Exercise details: Of all the lines below, return only those starting with the line holding "Line((-1, 7.937253933), (-1, 5.937253933))" and going on through the line holding "The same part", exactly as written.

Dataset entries
* * * *

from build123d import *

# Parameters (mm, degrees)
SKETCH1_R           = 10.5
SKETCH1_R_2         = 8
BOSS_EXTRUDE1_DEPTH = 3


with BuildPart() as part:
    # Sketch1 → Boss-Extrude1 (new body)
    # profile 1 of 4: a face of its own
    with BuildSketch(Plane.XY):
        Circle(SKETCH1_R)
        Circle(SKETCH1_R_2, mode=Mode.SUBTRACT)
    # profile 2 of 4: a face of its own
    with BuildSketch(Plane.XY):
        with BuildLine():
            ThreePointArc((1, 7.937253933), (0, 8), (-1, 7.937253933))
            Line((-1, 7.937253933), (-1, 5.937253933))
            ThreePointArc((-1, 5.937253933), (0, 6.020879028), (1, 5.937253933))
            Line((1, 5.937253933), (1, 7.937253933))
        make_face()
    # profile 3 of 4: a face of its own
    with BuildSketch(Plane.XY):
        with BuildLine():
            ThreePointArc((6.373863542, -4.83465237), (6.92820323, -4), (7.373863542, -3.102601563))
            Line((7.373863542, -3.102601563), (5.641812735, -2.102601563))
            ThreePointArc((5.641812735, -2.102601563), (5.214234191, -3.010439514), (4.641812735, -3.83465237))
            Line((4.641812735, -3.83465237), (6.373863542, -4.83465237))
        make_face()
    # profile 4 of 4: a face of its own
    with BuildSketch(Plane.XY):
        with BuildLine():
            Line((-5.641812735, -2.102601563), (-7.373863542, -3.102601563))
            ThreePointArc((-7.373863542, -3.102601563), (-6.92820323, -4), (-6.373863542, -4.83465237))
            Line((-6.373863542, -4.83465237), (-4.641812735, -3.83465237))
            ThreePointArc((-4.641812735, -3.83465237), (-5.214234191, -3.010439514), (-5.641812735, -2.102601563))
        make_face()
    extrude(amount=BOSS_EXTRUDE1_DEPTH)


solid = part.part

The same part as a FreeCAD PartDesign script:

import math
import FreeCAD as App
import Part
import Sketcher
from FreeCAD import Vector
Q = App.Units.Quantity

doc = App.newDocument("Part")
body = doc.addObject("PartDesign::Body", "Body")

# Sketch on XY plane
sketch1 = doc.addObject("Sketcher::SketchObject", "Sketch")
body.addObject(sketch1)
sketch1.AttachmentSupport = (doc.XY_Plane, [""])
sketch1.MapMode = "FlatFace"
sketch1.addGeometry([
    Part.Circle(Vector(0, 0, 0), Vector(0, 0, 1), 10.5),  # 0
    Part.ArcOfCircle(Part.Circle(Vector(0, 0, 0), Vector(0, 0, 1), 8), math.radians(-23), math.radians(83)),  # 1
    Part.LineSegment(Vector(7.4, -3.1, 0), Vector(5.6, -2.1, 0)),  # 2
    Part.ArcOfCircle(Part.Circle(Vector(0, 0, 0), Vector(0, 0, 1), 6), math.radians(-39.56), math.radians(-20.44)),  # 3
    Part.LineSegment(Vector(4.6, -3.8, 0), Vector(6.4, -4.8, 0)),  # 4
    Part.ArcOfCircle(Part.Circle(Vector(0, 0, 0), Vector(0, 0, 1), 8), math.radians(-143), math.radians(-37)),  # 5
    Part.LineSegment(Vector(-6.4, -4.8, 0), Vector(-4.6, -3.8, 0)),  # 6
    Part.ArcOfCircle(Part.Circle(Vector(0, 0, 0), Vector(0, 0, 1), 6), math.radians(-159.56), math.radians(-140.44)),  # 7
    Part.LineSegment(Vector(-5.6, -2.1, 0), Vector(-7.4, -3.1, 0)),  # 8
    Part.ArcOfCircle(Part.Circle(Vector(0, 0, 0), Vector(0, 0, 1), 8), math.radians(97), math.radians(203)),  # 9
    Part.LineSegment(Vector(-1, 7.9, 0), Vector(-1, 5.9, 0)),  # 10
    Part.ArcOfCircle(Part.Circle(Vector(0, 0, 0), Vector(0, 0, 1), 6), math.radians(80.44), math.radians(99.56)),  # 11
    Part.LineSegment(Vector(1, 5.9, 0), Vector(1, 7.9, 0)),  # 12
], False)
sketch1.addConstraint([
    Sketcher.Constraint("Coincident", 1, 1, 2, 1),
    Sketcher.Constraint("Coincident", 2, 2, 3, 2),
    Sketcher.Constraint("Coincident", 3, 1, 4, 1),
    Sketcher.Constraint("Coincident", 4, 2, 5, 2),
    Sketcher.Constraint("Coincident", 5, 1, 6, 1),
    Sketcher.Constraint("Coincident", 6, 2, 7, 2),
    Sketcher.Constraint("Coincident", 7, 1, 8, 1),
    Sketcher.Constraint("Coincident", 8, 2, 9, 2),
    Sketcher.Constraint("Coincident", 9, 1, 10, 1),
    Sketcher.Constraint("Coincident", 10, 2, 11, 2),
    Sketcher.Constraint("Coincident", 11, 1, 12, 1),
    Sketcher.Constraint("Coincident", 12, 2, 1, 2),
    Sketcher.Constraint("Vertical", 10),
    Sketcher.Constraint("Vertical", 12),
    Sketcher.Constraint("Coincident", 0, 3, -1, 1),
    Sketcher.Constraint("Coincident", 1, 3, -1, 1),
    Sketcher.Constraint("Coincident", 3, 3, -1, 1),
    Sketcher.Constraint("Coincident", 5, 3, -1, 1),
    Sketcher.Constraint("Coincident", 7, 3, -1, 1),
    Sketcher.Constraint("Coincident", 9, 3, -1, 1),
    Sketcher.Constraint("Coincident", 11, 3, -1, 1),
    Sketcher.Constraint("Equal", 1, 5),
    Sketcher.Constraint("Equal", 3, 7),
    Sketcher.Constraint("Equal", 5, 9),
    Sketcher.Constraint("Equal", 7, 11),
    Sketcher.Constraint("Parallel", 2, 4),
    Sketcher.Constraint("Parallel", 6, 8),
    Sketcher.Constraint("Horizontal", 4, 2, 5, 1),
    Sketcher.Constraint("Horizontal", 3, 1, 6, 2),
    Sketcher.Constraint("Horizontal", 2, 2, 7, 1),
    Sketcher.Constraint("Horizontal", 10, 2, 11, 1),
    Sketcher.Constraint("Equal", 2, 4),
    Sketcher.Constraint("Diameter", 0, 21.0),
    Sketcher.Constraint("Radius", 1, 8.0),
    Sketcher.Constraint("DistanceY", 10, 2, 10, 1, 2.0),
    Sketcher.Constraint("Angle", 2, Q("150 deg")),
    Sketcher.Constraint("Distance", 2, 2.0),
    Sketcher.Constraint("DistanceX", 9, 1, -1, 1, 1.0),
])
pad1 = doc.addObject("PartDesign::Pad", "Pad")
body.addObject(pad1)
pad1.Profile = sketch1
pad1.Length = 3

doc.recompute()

* * * *

Response to the exercise:
            Line((-1, 7.937253933), (-1, 5.937253933))
            ThreePointArc((-1, 5.937253933), (0, 6.020879028), (1, 5.937253933))
            Line((1, 5.937253933), (1, 7.937253933))
        make_face()
    # profile 3 of 4: a face of its own
    with BuildSketch(Plane.XY):
        with BuildLine():
            ThreePointArc((6.373863542, -4.83465237), (6.92820323, -4), (7.373863542, -3.102601563))
            Line((7.373863542, -3.102601563), (5.641812735, -2.102601563))
            ThreePointArc((5.641812735, -2.102601563), (5.214234191, -3.010439514), (4.641812735, -3.83465237))
            Line((4.641812735, -3.83465237), (6.373863542, -4.83465237))
        make_face()
    # profile 4 of 4: a face of its own
    with BuildSketch(Plane.XY):
        with BuildLine():
            Line((-5.641812735, -2.102601563), (-7.373863542, -3.102601563))
            ThreePointArc((-7.373863542, -3.102601563), (-6.92820323, -4), (-6.373863542, -4.83465237))
            Line((-6.373863542, -4.83465237), (-4.641812735, -3.83465237))
            ThreePointArc((-4.641812735, -3.83465237), (-5.214234191, -3.010439514), (-5.641812735, -2.102601563))
        make_face()
    extrude(amount=BOSS_EXTRUDE1_DEPTH)


solid = part.part

The same part as a FreeCAD PartDesign script:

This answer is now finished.